**Assignment**:
Please take the entries below from the first line through the line containing "e13 v13 v14 LINE" and repeat them exactly, leaving out everything after.
═══ Provided records
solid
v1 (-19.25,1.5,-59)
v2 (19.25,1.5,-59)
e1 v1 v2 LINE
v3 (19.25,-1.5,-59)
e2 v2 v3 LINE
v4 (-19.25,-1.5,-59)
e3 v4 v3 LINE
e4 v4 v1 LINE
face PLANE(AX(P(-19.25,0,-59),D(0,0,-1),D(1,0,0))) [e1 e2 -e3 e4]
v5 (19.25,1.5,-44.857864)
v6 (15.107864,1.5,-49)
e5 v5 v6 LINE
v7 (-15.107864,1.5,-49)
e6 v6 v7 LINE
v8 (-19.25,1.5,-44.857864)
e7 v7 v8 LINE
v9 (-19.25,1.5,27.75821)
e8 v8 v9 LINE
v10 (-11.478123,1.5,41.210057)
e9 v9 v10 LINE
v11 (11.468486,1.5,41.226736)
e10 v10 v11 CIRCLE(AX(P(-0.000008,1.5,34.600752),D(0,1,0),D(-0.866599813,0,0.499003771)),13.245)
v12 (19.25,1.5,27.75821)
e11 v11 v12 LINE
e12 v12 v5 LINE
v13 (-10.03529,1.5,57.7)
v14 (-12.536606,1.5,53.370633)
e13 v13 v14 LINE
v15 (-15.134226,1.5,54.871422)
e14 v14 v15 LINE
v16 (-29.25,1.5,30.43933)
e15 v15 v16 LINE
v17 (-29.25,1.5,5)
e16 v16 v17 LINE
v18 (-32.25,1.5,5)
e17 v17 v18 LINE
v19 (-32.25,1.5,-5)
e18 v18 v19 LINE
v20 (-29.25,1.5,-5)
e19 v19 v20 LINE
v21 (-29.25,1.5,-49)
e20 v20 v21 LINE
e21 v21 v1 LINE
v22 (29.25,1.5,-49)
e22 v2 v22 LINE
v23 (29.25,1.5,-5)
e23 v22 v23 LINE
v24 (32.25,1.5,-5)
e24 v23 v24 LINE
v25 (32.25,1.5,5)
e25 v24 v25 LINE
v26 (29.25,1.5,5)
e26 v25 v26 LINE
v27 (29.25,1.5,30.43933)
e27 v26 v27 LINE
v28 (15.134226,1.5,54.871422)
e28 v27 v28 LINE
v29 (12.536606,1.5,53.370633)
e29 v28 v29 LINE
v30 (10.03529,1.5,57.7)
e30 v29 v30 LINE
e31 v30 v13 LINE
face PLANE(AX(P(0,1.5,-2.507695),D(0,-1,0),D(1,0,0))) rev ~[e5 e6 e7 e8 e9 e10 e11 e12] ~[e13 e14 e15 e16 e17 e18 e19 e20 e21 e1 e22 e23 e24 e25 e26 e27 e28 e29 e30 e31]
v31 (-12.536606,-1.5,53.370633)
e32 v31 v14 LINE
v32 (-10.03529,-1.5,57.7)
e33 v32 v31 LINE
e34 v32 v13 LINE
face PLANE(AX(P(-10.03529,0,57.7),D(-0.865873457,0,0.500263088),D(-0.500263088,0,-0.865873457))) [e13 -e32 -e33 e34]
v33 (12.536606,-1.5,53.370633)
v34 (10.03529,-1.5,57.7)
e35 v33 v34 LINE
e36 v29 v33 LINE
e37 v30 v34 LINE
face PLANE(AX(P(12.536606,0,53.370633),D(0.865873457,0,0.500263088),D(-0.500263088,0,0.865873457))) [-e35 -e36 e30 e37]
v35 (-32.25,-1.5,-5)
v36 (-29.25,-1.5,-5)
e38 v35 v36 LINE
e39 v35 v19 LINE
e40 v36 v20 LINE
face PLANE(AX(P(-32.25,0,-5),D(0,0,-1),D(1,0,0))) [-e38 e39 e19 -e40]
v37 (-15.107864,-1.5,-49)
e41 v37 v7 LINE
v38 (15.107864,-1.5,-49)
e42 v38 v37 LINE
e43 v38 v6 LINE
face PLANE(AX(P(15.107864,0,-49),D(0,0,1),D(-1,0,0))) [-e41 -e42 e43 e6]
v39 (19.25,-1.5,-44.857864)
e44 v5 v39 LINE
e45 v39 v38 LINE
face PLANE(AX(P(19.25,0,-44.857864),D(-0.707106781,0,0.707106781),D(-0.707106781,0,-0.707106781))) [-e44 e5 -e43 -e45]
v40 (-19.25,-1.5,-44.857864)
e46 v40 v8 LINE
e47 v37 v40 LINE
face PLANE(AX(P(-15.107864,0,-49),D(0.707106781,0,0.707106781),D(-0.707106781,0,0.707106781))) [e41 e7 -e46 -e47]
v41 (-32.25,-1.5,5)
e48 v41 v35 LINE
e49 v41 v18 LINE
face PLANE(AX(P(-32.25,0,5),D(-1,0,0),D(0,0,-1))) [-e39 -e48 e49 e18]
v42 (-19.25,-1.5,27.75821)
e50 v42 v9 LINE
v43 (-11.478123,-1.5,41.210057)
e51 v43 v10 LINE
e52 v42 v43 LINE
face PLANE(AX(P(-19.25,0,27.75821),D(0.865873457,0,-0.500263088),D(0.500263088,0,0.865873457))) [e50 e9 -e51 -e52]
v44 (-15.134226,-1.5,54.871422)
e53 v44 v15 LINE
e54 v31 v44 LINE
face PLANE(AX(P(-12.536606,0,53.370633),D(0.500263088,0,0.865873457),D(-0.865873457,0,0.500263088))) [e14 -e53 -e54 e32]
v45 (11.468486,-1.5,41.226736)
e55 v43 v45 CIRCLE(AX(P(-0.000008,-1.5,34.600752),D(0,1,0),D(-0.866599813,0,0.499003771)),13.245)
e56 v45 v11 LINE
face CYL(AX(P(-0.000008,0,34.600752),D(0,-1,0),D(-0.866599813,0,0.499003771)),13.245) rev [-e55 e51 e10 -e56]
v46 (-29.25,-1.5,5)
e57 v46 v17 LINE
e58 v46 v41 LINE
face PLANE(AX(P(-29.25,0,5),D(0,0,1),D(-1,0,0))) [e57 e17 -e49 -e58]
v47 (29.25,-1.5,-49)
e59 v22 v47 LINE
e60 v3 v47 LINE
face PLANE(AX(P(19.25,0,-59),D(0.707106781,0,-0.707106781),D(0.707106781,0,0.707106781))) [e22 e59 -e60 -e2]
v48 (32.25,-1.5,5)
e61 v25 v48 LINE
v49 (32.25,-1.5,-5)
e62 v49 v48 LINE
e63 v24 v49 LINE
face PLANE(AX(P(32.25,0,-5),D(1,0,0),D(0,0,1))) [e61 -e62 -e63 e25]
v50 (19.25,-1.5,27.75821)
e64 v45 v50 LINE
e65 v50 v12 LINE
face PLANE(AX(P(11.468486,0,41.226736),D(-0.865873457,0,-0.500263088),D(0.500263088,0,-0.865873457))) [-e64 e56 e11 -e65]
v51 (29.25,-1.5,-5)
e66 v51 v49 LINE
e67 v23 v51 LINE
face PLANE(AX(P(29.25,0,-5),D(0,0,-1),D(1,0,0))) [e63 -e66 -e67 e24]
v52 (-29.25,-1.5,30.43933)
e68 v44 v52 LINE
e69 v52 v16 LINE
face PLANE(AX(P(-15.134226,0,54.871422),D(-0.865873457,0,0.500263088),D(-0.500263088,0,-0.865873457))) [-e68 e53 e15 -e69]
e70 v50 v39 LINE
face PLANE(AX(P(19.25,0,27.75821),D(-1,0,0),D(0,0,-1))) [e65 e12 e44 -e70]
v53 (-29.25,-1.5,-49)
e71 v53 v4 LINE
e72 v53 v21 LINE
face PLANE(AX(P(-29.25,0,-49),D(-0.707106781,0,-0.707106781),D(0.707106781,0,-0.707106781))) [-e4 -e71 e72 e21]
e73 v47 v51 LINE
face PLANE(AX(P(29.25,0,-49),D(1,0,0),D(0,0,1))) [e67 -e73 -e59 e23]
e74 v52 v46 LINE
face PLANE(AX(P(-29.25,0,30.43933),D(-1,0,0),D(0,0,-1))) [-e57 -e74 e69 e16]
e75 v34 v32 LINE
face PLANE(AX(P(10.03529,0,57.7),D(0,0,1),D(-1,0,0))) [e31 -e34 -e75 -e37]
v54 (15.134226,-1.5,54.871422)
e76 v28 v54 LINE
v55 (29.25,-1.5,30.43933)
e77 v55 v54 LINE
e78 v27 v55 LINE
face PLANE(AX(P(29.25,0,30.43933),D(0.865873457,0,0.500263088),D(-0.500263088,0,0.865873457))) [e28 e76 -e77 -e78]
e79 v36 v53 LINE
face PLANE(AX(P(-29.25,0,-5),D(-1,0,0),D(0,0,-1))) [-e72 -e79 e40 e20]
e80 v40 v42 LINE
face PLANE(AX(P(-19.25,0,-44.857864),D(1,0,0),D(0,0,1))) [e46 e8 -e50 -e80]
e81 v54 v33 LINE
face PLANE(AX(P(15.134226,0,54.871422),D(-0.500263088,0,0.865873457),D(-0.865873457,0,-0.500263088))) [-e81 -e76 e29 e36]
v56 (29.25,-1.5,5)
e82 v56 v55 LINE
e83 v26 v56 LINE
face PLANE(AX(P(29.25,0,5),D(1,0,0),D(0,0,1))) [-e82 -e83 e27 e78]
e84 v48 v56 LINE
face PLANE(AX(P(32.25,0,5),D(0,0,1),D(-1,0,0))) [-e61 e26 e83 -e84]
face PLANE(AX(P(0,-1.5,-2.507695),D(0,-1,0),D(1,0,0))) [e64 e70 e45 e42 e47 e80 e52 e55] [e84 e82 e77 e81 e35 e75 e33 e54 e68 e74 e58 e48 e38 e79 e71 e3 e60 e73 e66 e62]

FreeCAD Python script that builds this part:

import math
import FreeCAD as App
import Part
import Sketcher


def add_polygon(sketch, points):
    """Adds a closed chain of lines whose ends are joined by coincident constraints."""
    first, n = sketch.GeometryCount, len(points)
    for a, b in zip(points, points[1:] + points[:1]):
        sketch.addGeometry(Part.LineSegment(App.Vector(*a, 0), App.Vector(*b, 0)), False)
    for i in range(n):
        sketch.addConstraint(Sketcher.Constraint("Coincident", first + i, 2, first + (i + 1) % n, 1))

doc = App.newDocument("Part")
params = doc.addObject("Spreadsheet::Sheet", "Params")
for row, (alias, value) in enumerate([
    ("sketch1_width", "3 mm"),
    ("sketch1_height", "44 mm"),
    ("sketch1_height2", "10 mm"),
    ("sketch1_length", "3 mm"),
    ("sketch1_length2", "5 mm"),
    ("pad1_length", "3 mm"),
], start=1):
    params.set(f"A{row}", alias)
    params.set(f"B{row}", "=" + value)
    params.setAlias(f"B{row}", alias)

body = doc.addObject("PartDesign::Body", "Body")

# Sketch on XZ plane
sketch1 = body.newObject("Sketcher::SketchObject", "Sketch")
sketch1.AttachmentSupport = (doc.getObject("XZ_Plane"), [""])
sketch1.MapMode = "FlatFace"
add_polygon(sketch1, [(-19.2, -59), (19.2, -59), (29.2, -49), (29.2, -5), (32.2, -5), (32.2, 5), (29.2, 5), (29.2, 30.4), (15.1, 54.9), (12.5, 53.4), (10, 57.7), (-10, 57.7), (-12.5, 53.4), (-15.1, 54.9), (-29.2, 30.4), (-29.2, 5), (-32.2, 5), (-32.2, -5), (-29.2, -5), (-29.2, -49)])  # lines 0-19
sketch1.addGeometry(Part.LineSegment(App.Vector(19.2, 27.8, 0), App.Vector(19.2, -44.9, 0)), False)  # 20
sketch1.addGeometry(Part.LineSegment(App.Vector(19.2, -44.9, 0), App.Vector(15.1, -49, 0)), False)  # 21
sketch1.addGeometry(Part.LineSegment(App.Vector(15.1, -49, 0), App.Vector(-15.1, -49, 0)), False)  # 22
sketch1.addGeometry(Part.LineSegment(App.Vector(-15.1, -49, 0), App.Vector(-19.2, -44.9, 0)), False)  # 23
sketch1.addGeometry(Part.LineSegment(App.Vector(-19.2, -44.9, 0), App.Vector(-19.2, 27.8, 0)), False)  # 24
sketch1.addGeometry(Part.LineSegment(App.Vector(-19.2, 27.8, 0), App.Vector(-11.5, 41.2, 0)), False)  # 25
sketch1.addGeometry(Part.ArcOfCircle(Part.Circle(App.Vector(0, 34.6, 0), App.Vector(0, 0, 1), 13.2), math.radians(30), math.radians(150)), False)  # 26
sketch1.addGeometry(Part.LineSegment(App.Vector(11.5, 41.2, 0), App.Vector(19.2, 27.8, 0)), False)  # 27
sketch1.addConstraint(Sketcher.Constraint("Coincident", 20, 2, 21, 1))
sketch1.addConstraint(Sketcher.Constraint("Coincident", 21, 2, 22, 1))
sketch1.addConstraint(Sketcher.Constraint("Coincident", 22, 2, 23, 1))
sketch1.addConstraint(Sketcher.Constraint("Coincident", 23, 2, 24, 1))
sketch1.addConstraint(Sketcher.Constraint("Coincident", 24, 2, 25, 1))
sketch1.addConstraint(Sketcher.Constraint("Coincident", 25, 2, 26, 2))
sketch1.addConstraint(Sketcher.Constraint("Tangent", 26, 1, 27, 1))
sketch1.addConstraint(Sketcher.Constraint("Coincident", 27, 2, 20, 1))
sketch1.addConstraint(Sketcher.Constraint("Horizontal", 0))
sketch1.addConstraint(Sketcher.Constraint("Vertical", 2))
sketch1.addConstraint(Sketcher.Constraint("Horizontal", 3))
sketch1.addConstraint(Sketcher.Constraint("Vertical", 4))
sketch1.addConstraint(Sketcher.Constraint("Horizontal", 5))
sketch1.addConstraint(Sketcher.Constraint("Vertical", 6))
sketch1.addConstraint(Sketcher.Constraint("Horizontal", 10))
══════
**Response**:
solid
v1 (-19.25,1.5,-59)
v2 (19.25,1.5,-59)
e1 v1 v2 LINE
v3 (19.25,-1.5,-59)
e2 v2 v3 LINE
v4 (-19.25,-1.5,-59)
e3 v4 v3 LINE
e4 v4 v1 LINE
face PLANE(AX(P(-19.25,0,-59),D(0,0,-1),D(1,0,0))) [e1 e2 -e3 e4]
v5 (19.25,1.5,-44.857864)
v6 (15.107864,1.5,-49)
e5 v5 v6 LINE
v7 (-15.107864,1.5,-49)
e6 v6 v7 LINE
v8 (-19.25,1.5,-44.857864)
e7 v7 v8 LINE
v9 (-19.25,1.5,27.75821)
e8 v8 v9 LINE
v10 (-11.478123,1.5,41.210057)
e9 v9 v10 LINE
v11 (11.468486,1.5,41.226736)
e10 v10 v11 CIRCLE(AX(P(-0.000008,1.5,34.600752),D(0,1,0),D(-0.866599813,0,0.499003771)),13.245)
v12 (19.25,1.5,27.75821)
e11 v11 v12 LINE
e12 v12 v5 LINE
v13 (-10.03529,1.5,57.7)
v14 (-12.536606,1.5,53.370633)
e13 v13 v14 LINE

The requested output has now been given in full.